I’m always getting razzed at work for the weird food I eat.  My breakfast is the thing that no North American I have met can countenance. I admit, I don’t really like N. A. breakfast food. Eggs and bacon fried potatoes and sausage? Why not add a pizza, beer and some hookers? Porridge? It’s GREY. Muffins? You mean cake? First thing? Before the party? Nah.

In the old days I’d show up at work early in the morning eating tuna sandwiches and salad. The tuna endeared me to all who had to share our tiny booth. It was my morning perfume. Eau de Kit.  I only ate it because it’s very hard to find chicken soup at 8 am. That. Is breakfast.

That said, if I have a day off, this is how I eat early in the a.m. (spring)

@ 5:30, I forage. I eat wild dandelions, yes I do. I bite their heads off. I prowl the land. Some leaves—you can see how they punch at the sky. They are hogwild with vitality! I put em in a pan with rocks of salt and cookem--  If I make it all the way home with them. Breakfast of champeens round mine is dandie greens and vicious fishes. And a slug of bloody kvass. Here’s one of my



BREAKFAST OF CHAMPEENS:

Dandies, flash fried with celtic sea salt. Or raw and let to wilt under 

VICIOUS FISHES CAKE:

  • Get a Buncha soles or deboned trout (non-large fish flesh)
  • Get a buncha lime leaves
  • A snarf of shrimp paste(it's a Thai deals
  • Maybe some lemongrass. (I grew some last year. I don’t think it’s perennial. It’s just sitting there being brown…still)
  • Fish sauce(the Thai stuff) – a snoof, no more, they are sugar crazy.
  • A red pepper or a hot pepper if you’re Wild
  • Salty mix
  • Cilantro.
  • Chives.
  • Optional spud or Sweet spud or coconut meat.
Stick it in the blender: WAZZ!

Extra virgin coconut oil for fryage

Make balls. Fry balls. Balls are made to fry. You can flour your balls if it bothers you that they stick to your fingers. Some people are sticky-ball averse and need to dust. I respect that.

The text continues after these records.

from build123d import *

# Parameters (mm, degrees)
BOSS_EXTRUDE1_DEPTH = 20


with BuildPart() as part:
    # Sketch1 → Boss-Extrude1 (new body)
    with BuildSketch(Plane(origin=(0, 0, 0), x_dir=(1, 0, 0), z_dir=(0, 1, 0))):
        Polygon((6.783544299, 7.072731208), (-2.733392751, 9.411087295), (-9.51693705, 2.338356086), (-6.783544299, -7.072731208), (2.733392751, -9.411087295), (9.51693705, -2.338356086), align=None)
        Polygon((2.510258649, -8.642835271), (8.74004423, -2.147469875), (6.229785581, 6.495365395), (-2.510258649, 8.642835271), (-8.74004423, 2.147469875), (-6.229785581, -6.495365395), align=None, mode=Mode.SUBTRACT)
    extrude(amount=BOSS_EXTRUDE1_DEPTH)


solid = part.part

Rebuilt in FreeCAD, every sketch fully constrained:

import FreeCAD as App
import Part
import Sketcher


def add_polygon(sketch, points):
    """Adds a closed chain of lines whose ends are joined by coincident constraints."""
    first, n = sketch.GeometryCount, len(points)
    for a, b in zip(points, points[1:] + points[:1]):
        sketch.addGeometry(Part.LineSegment(App.Vector(*a, 0), App.Vector(*b, 0)), False)
    for i in range(n):
        sketch.addConstraint(Sketcher.Constraint("Coincident", first + i, 2, first + (i + 1) % n, 1))

doc = App.newDocument("Part")
body = doc.addObject("PartDesign::Body", "Body")

# Sketch on XZ plane
sketch1 = doc.addObject("Sketcher::SketchObject", "Sketch")
body.addObject(sketch1)
sketch1.AttachmentSupport = (doc.XZ_Plane, [""])
sketch1.MapMode = "FlatFace"
add_polygon(sketch1, [(6.783544, -7.072731), (-2.733393, -9.411087), (-9.516937, -2.338356), (-6.783544, 7.072731), (2.733393, 9.411087), (9.516937, 2.338356)])  # lines 0-5
add_polygon(sketch1, [(8.740044, 2.14747), (2.510259, 8.642835), (-6.229786, 6.495365), (-8.740044, -2.14747), (-2.510259, -8.642835), (6.229786, -6.495365)])  # lines 6-11
sketch1.addConstraint([
    Sketcher.Constraint("Symmetric", 0, 2, 3, 2, -1, 1),
    Sketcher.Constraint("Symmetric", 1, 2, 4, 2, -1, 1),
    Sketcher.Constraint("Symmetric", 2, 2, 5, 2, -1, 1),
    Sketcher.Constraint("Symmetric", 6, 2, 9, 2, -1, 1),
    Sketcher.Constraint("Symmetric", 7, 2, 10, 2, -1, 1),
    Sketcher.Constraint("Symmetric", 8, 2, 11, 2, -1, 1),
    Sketcher.Constraint("Parallel", 4, 6),
    Sketcher.Constraint("Parallel", 3, 7),
    Sketcher.Constraint("Parallel", 5, 8),
    Sketcher.Constraint("Equal", 0, 1),
    Sketcher.Constraint("Equal", 1, 2),
    Sketcher.Constraint("Equal", 6, 7),
    Sketcher.Constraint("Equal", 7, 8),
    Sketcher.Constraint("Distance", 6, 9.0),
    Sketcher.Constraint("Distance", 0, 9.8),
    Sketcher.Constraint("DistanceX", 8, 2, 2, 2, 1.9565),
    Sketcher.Constraint("DistanceY", 8, 2, 2, 2, 9.220201),
    Sketcher.Constraint("DistanceY", 9, 2, 7, 2, 15.138201),
])
pad1 = doc.addObject("PartDesign::Pad", "Pad")
body.addObject(pad1)
pad1.Profile = sketch1
pad1.Length = 20
pad1.Reversed = True

doc.recompute()
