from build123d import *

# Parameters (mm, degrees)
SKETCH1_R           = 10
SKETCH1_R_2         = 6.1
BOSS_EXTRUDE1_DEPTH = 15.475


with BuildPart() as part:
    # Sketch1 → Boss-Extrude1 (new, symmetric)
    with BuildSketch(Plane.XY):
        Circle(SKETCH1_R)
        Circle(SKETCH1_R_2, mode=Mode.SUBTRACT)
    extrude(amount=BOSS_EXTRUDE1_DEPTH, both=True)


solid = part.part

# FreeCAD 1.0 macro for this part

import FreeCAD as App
import Part
import Sketcher

doc = App.newDocument("Part")
body = doc.addObject("PartDesign::Body", "Body")

# Sketch on XY plane
sketch1 = body.newObject("Sketcher::SketchObject", "Sketch")
sketch1.AttachmentSupport = (doc.getObject("XY_Plane"), [""])
sketch1.MapMode = "FlatFace"
sketch1.addGeometry([
    Part.Circle(App.Vector(0, 0, 0), App.Vector(0, 0, 1), 10),
    Part.Circle(App.Vector(0, 0, 0), App.Vector(0, 0, 1), 6.1),
], False)
sketch1.addConstraint([
    Sketcher.Constraint("Coincident", 0, 3, -1, 1),
    Sketcher.Constraint("Coincident", 1, 3, -1, 1),
    Sketcher.Constraint("Diameter", 0, 20.0),
    Sketcher.Constraint("Diameter", 1, 12.2),
])
pad1 = body.newObject("PartDesign::Pad", "Pad")
pad1.Profile = sketch1
pad1.Length = 30.95
pad1.Midplane = True

doc.recompute()
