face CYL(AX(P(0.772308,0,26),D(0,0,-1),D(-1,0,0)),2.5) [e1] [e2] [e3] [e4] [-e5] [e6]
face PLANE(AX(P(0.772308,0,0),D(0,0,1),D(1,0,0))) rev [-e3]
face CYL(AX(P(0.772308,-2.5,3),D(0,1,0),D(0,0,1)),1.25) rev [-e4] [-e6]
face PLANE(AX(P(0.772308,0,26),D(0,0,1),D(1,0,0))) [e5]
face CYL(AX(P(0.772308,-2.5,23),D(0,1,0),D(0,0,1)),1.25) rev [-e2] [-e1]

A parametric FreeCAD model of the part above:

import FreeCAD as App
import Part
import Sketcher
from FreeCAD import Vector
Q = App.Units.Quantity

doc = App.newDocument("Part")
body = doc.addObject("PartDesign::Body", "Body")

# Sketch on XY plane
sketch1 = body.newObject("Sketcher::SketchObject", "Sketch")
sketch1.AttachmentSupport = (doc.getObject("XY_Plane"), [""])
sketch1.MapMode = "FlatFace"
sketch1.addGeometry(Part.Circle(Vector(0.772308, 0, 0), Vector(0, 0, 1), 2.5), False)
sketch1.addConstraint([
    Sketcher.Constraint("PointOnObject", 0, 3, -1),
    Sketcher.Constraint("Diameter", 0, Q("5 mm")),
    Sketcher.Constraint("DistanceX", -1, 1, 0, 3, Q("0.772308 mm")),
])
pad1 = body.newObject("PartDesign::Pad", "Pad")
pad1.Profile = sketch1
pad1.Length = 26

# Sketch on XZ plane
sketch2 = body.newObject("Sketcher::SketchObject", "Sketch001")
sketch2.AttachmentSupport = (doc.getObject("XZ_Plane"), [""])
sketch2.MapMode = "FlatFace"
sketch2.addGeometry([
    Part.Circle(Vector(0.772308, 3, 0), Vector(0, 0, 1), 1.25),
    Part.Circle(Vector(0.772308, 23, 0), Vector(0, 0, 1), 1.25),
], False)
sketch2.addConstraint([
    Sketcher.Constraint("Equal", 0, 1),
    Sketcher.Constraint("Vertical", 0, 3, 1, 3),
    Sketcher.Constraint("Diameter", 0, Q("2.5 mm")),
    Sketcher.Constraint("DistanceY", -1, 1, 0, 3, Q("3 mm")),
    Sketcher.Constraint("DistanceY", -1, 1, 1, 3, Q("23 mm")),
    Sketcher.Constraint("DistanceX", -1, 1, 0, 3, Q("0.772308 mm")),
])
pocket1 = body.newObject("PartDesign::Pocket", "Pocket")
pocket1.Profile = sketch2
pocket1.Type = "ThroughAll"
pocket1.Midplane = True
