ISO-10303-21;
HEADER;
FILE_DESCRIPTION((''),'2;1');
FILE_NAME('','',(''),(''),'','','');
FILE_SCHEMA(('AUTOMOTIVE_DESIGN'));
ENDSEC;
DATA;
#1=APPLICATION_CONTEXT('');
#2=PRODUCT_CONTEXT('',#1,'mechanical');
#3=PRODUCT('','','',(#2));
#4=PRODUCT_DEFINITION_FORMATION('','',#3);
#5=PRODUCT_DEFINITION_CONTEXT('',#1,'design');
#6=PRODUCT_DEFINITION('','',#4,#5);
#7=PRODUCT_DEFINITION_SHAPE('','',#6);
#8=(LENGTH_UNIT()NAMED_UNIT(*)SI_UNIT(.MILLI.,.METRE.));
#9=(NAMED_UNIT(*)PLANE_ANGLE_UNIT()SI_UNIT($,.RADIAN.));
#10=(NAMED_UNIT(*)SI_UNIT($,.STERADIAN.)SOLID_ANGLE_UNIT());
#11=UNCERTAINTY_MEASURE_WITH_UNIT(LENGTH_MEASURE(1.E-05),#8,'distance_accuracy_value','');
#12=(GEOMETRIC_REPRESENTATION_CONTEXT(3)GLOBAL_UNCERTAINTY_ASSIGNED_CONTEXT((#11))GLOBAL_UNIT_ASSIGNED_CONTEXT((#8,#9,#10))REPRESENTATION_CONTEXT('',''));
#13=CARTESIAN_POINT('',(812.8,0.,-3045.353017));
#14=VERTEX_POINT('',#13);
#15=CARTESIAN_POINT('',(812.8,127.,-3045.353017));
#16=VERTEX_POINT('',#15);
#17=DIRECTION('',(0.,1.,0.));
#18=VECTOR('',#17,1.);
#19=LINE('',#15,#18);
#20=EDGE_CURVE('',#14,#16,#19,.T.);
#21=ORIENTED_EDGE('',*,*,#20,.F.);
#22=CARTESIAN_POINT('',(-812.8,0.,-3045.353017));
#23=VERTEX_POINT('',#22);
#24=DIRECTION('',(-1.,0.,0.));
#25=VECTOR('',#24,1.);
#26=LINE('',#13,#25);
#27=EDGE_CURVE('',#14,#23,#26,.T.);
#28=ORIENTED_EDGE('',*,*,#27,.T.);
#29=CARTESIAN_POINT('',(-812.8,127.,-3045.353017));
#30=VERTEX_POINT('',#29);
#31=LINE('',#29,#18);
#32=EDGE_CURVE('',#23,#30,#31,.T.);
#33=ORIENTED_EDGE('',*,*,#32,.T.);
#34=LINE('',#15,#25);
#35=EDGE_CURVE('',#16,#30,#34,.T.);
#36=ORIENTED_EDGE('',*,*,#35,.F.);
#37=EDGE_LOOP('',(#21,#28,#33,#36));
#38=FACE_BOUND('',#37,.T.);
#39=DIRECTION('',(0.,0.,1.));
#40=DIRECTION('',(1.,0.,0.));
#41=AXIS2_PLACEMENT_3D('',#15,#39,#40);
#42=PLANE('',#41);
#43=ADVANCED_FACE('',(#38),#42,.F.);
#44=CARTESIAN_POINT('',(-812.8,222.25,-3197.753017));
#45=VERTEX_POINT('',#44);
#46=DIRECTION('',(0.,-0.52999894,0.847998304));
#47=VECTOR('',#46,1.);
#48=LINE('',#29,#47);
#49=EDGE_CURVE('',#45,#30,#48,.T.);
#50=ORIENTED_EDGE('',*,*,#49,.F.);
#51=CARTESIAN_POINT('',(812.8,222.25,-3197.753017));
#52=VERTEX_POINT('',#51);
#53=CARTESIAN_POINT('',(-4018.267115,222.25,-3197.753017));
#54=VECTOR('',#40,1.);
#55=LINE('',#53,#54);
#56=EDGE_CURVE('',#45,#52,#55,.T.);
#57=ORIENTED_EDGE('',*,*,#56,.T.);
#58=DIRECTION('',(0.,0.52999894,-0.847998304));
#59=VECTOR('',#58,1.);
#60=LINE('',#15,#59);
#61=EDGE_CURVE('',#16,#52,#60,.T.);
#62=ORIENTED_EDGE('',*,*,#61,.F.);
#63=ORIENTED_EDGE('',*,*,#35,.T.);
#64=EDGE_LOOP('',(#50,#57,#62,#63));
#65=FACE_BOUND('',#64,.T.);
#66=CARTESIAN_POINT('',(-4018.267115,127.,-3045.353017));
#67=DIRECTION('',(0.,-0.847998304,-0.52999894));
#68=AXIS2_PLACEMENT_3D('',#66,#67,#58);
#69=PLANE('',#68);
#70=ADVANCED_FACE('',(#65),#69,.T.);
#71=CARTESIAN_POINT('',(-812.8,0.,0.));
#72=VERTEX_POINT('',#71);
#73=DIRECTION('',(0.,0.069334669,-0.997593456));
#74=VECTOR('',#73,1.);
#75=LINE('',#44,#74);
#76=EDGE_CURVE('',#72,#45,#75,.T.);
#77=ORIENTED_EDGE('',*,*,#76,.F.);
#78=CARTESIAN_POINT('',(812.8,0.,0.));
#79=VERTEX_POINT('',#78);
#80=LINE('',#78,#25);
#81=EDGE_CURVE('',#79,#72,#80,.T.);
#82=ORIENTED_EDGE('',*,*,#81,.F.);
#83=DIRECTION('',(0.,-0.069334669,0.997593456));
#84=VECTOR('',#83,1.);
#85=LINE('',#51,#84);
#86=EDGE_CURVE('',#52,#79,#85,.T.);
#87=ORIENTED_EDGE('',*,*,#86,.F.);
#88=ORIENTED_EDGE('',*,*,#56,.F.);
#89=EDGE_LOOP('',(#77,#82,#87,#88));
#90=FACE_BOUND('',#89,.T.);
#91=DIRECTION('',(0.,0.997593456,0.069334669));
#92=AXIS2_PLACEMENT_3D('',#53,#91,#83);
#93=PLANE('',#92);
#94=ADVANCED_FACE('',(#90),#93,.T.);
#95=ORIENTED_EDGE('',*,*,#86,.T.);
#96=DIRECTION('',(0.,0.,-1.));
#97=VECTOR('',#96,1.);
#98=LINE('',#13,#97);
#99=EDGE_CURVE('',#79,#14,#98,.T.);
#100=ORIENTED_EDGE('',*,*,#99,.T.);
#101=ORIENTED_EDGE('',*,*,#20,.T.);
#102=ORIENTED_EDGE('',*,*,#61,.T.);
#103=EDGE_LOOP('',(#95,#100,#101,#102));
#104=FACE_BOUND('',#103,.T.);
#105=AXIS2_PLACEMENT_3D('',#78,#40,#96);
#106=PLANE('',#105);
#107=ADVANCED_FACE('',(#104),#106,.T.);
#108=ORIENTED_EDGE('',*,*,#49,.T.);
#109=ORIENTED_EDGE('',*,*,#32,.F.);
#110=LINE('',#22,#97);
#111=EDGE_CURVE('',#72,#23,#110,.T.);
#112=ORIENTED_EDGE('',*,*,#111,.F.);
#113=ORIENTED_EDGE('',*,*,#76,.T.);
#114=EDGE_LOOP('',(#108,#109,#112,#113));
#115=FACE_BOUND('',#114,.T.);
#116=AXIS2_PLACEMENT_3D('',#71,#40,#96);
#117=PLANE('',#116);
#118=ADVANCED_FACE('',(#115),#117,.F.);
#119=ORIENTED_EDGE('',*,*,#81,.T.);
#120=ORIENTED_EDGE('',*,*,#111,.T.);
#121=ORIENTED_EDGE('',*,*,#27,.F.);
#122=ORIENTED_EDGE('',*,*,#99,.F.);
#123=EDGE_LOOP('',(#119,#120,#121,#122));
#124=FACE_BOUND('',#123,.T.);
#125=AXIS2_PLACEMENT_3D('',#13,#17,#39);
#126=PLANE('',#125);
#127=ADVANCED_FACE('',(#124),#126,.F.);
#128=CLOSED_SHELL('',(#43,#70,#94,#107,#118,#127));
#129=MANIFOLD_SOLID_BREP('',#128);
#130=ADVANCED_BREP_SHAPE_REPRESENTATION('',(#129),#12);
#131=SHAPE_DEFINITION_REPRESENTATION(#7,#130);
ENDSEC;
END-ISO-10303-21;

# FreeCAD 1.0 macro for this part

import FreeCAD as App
import Part
import Sketcher

V = App.Vector
Q = App.Units.Quantity


def add_polygon(sketch, points):
    """Adds a closed chain of lines whose ends are joined by coincident constraints."""
    first, n = sketch.GeometryCount, len(points)
    for a, b in zip(points, points[1:] + points[:1]):
        sketch.addGeometry(Part.LineSegment(App.Vector(*a, 0), App.Vector(*b, 0)), False)
    for i in range(n):
        sketch.addConstraint(Sketcher.Constraint("Coincident", first + i, 2, first + (i + 1) % n, 1))

doc = App.newDocument("Part")
body = doc.addObject("PartDesign::Body", "Body")

sketch1 = body.newObject("Sketcher::SketchObject", "Sketch")
sketch1.AttachmentSupport = (doc.getObject("YZ_Plane"), [""])
sketch1.MapMode = "FlatFace"
add_polygon(sketch1, [(127, -3045.353017), (0, 0), (0, -3045.353017)])
sketch1.addConstraint(Sketcher.Constraint("Vertical", 1))
sketch1.addConstraint(Sketcher.Constraint("Horizontal", 2))
sketch1.addConstraint(Sketcher.Constraint("Coincident", 0, 2, -1, 1))
sketch1.addConstraint(Sketcher.Constraint("DistanceX", 2, 1, 2, 2, Q("5 in")))
sketch1.addConstraint(Sketcher.Constraint("Distance", 0, Q("120 in")))
pad1 = body.newObject("PartDesign::Pad", "Pad")
pad1.Profile = sketch1
pad1.Length = Q("64 in")
pad1.Midplane = True

sketch2 = body.newObject("Sketcher::SketchObject", "Sketch001")
sketch2.AttachmentSupport = (doc.getObject("YZ_Plane"), [""])
sketch2.MapMode = "FlatFace"
sketch2.AttachmentOffset = App.Placement(V(0, 0, 32 * 25.4), App.Rotation())
add_polygon(sketch2, [(127, -3045.353017), (222.25, -3197.753017), (0, 0)])
sketch2.addConstraint(Sketcher.Constraint("Coincident", 1, 2, -1, 1))
sketch2.addConstraint(Sketcher.Constraint("Distance", 2, Q("120 in")))
sketch2.addConstraint(Sketcher.Constraint("DistanceX", -1, 1, 2, 2, Q("5 in")))
sketch2.addConstraint(Sketcher.Constraint("DistanceY", 0, 2, 2, 2, Q("6 in")))
sketch2.addConstraint(Sketcher.Constraint("DistanceX", -1, 1, 0, 2, Q("8.75 in")))
pad2 = body.newObject("PartDesign::Pad", "Pad001")
pad2.Profile = sketch2
pad2.Length = Q("64 in")
pad2.Reversed = True

doc.recompute()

Stick on dandies and serve with a drink of 

KVASS

Three days before this meal you will:

Get a mason jar. Peel and chop three medium beets or two big beets, or a big beet and two little beets.

Add some salt. More than you think you should. 

Add some whey powder like they sell at muscle-man vitamin stores or pour the whey off the top of your unflavored yogurt, if you have some. 

Fill up jar with filtered water. Close. Sit the thing on the counter for two days. Hoik it in the fridge for a day. Drink the beet juice to the bottom. Throw out the beets. Solid Russian GOLD.